HUMAN & ARTIFICIAL INTELLIGENCE | Qin, Y., Lee, R. T., & Sajda, P. | 1_2025 | Paper

Important Findings

This study examined how human teams perform when collaborating with an AI teammate in a virtual reality sensorimotor task. Participants worked together to control a spacecraft navigating through rings in space and returning to Earth. Surprisingly, human-AI teams performed worse than all-human teams, particularly as task difficulty increased. The AI’s presence disrupted communication, elevated arousal (pupil dilation, blink rates), and led to overcompensating behaviors. Despite improved trust in the AI over time, performance stayed low. The findings underscore the need for AI design that supports natural team coordination and reduces cognitive strain.

Why Relevant to You?

As AI becomes embedded in teamwork, business leaders must understand its effect on performance. Even in structured tasks like collaborative spacecraft control, AI teammates reduced efficiency and increased stress. This highlights the importance of designing AI tools that complement human cognition, foster trust and communication, and minimize disruption, ensuring AI adds value to collaborative work rather than impeding it.

 


 

ARTICLE FOUR

How AI-integrated Applications Affect Financial Engineers

HUMAN & ARTIFICIAL INTELLIGENCE | BMC Psychology | Gao, K., Zamanpour, A. | 12, 555 (2024) | Article

Important Findings

The integration of AI is significantly reshaping the role of financial engineers. A study analysed opportunities and challenges that AI-integrated applications represent for their psychological safety and work-life balance. The conclusions are double. While participants acknowledge the potential benefits such as increased efficiency and productivity, they emphasized the concerns about work-related stress. Confidence appears to increase with longer AI exposure.

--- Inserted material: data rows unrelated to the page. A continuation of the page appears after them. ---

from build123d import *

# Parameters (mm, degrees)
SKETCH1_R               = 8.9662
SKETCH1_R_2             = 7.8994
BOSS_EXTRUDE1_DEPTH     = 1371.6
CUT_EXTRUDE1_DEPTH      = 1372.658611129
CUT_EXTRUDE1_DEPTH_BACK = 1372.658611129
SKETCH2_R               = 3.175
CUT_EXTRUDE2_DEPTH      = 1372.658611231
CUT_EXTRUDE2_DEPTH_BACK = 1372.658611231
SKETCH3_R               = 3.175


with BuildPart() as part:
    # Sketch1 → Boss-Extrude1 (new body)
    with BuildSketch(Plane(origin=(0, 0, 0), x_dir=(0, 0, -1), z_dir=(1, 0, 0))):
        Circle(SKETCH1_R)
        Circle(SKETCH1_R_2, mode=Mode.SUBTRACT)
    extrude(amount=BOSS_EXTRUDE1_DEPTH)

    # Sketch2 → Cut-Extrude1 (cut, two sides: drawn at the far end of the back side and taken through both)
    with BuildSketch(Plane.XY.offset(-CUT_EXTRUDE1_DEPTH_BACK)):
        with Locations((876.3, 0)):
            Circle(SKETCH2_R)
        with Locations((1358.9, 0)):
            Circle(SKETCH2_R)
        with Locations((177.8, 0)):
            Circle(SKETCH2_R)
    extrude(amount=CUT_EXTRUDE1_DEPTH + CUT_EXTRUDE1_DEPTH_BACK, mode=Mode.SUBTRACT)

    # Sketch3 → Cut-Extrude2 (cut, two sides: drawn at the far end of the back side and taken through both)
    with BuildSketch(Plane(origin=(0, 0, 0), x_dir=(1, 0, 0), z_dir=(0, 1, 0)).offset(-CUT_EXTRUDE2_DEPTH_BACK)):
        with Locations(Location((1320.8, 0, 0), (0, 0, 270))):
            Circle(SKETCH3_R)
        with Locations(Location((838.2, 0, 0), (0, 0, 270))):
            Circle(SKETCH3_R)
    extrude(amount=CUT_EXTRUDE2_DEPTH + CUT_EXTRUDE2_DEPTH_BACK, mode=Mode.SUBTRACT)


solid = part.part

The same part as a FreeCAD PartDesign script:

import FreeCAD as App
import Part
import Sketcher
Q = App.Units.Quantity

doc = App.newDocument("Part")
body = doc.addObject("PartDesign::Body", "Body")

# Sketch on YZ plane
sketch1 = body.newObject("Sketcher::SketchObject", "Sketch")
sketch1.AttachmentSupport = (doc.getObject("YZ_Plane"), [""])
sketch1.MapMode = "FlatFace"
sketch1.addGeometry(Part.Circle(App.Vector(0, 0, 0), App.Vector(0, 0, 1), 8.9662), False)
sketch1.addGeometry(Part.Circle(App.Vector(0, 0, 0), App.Vector(0, 0, 1), 7.8994), False)
sketch1.addConstraint(Sketcher.Constraint("Coincident", 0, 3, -1, 1))
sketch1.addConstraint(Sketcher.Constraint("Coincident", 1, 3, -1, 1))
sketch1.addConstraint(Sketcher.Constraint("Diameter", 0, Q("0.706 in")))
sketch1.addConstraint(Sketcher.Constraint("Diameter", 1, Q("0.622 in")))
pad1 = body.newObject("PartDesign::Pad", "Pad")
pad1.Profile = sketch1
pad1.Length = Q("54 in")

# Sketch on XY plane
sketch2 = body.newObject("Sketcher::SketchObject", "Sketch001")
sketch2.AttachmentSupport = (doc.getObject("XY_Plane"), [""])
sketch2.MapMode = "FlatFace"
sketch2.addGeometry(Part.Circle(App.Vector(876.3, 0, 0), App.Vector(0, 0, 1), 3.175), False)
sketch2.addGeometry(Part.Circle(App.Vector(1358.9, 0, 0), App.Vector(0, 0, 1), 3.175), False)
sketch2.addGeometry(Part.Circle(App.Vector(177.8, 0, 0), App.Vector(0, 0, 1), 3.175), False)
sketch2.addConstraint(Sketcher.Constraint("Equal", 0, 1))
sketch2.addConstraint(Sketcher.Constraint("Equal", 1, 2))
sketch2.addConstraint(Sketcher.Constraint("PointOnObject", 0, 3, -1))
sketch2.addConstraint(Sketcher.Constraint("PointOnObject", 1, 3, -1))
sketch2.addConstraint(Sketcher.Constraint("PointOnObject", 2, 3, -1))
sketch2.addConstraint(Sketcher.Constraint("Diameter", 0, Q("0.25 in")))
sketch2.addConstraint(Sketcher.Constraint("DistanceX", -1, 1, 2, 3, Q("7 in")))
sketch2.addConstraint(Sketcher.Constraint("DistanceX", 0, 3, 1, 3, Q("19 in")))
sketch2.addConstraint(Sketcher.Constraint("DistanceX", -1, 1, 0, 3, Q("34.5 in")))
pocket1 = body.newObject("PartDesign::Pocket", "Pocket")
pocket1.Profile = sketch2
pocket1.Type = "ThroughAll"
pocket1.Midplane = True

# Sketch on XZ plane
sketch3 = body.newObject("Sketcher::SketchObject", "Sketch002")
sketch3.AttachmentSupport = (doc.getObject("XZ_Plane"), [""])
sketch3.MapMode = "FlatFace"
sketch3.addGeometry(Part.Circle(App.Vector(1320.8, 0, 0), App.Vector(0, 0, 1), 3.175), False)
sketch3.addGeometry(Part.Circle(App.Vector(838.2, 0, 0), App.Vector(0, 0, 1), 3.175), False)
sketch3.addConstraint(Sketcher.Constraint("Equal", 0, 1))
sketch3.addConstraint(Sketcher.Constraint("PointOnObject", 0, 3, -1))
sketch3.addConstraint(Sketcher.Constraint("PointOnObject", 1, 3, -1))
sketch3.addConstraint(Sketcher.Constraint("Diameter", 0, Q("0.25 in")))
sketch3.addConstraint(Sketcher.Constraint("DistanceX", -1, 1, 0, 3, Q("52 in")))
sketch3.addConstraint(Sketcher.Constraint("DistanceX", -1, 1, 1, 3, Q("33 in")))
pocket2 = body.newObject("PartDesign::Pocket", "Pocket001")
pocket2.Profile = sketch3
pocket2.Type = "ThroughAll"
pocket2.Midplane = True

doc.recompute()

Overall, the study factualises the importance of considering the human implications of AI adoption and calls for proactive measures to support the well-being of financial professionals.

Why Relevant to You?

The take away is double too. Despite the gains, financial engineers face increased pressure to keep up with evolving technologies, fear of job displacement, and blurred boundaries between work and personal life. In other words, it puts talent at risk – and therefore potentially performance and revenues, as attracting new talents costs much more than keeping existing ones. Organisations desiring to retain their top talents should therefore see this as an important stimulus to complement the introduction of AI applications with structured guidance.

This said, the fact that financial engineers see a lot of potential in the transition is a very positive signal for jobs where the use of AI is still in its infancy. If well supported, this could create more rapid traction compared to jobs/industries where negative perception represents an important barrier to entry/progress.

 


 

ARTICLE FIVE

Limitations of LLMs In Critical Task Management

HUMAN & ARTIFICIAL INTELLIGENCE | Andon Labs, Arxiv | 2_2025 | Paper

Important Findings

While Large Language Models (LLMs) can exhibit impressive proficiency in isolated, short-term tasks, they often fail to maintain coherent performance over longer time horizons. In this paper, the authors designed an environment to specifically test an LLM-based agent’s ability to manage a straightforward, long-running business scenario: operating a vending machine. In short, can an AI make money?

This simulation suggests yes, with an important caveat. On average, Claude 3.5 & o3-mini beat a human, but they are high in variance, and fail at random times for complex reasons. Some of those failures are critical, like when Sonnet gets confused and attempts to alert the FBI about a non-existent fraud. In addition, the authors find no clear correlation between failures and the point at which the model’s context window becomes full, suggesting that these breakdowns do not stem from memory limits.

Why Relevant to You?

The inherent limitations in explainability, embedded by design in current GPT-based models, will confine their application to non-critical, short-term tasks. Consider the consequences if failures such as those illustrated above were to occur in high-stakes domains like capital allocation, defence operations, or medical treatment.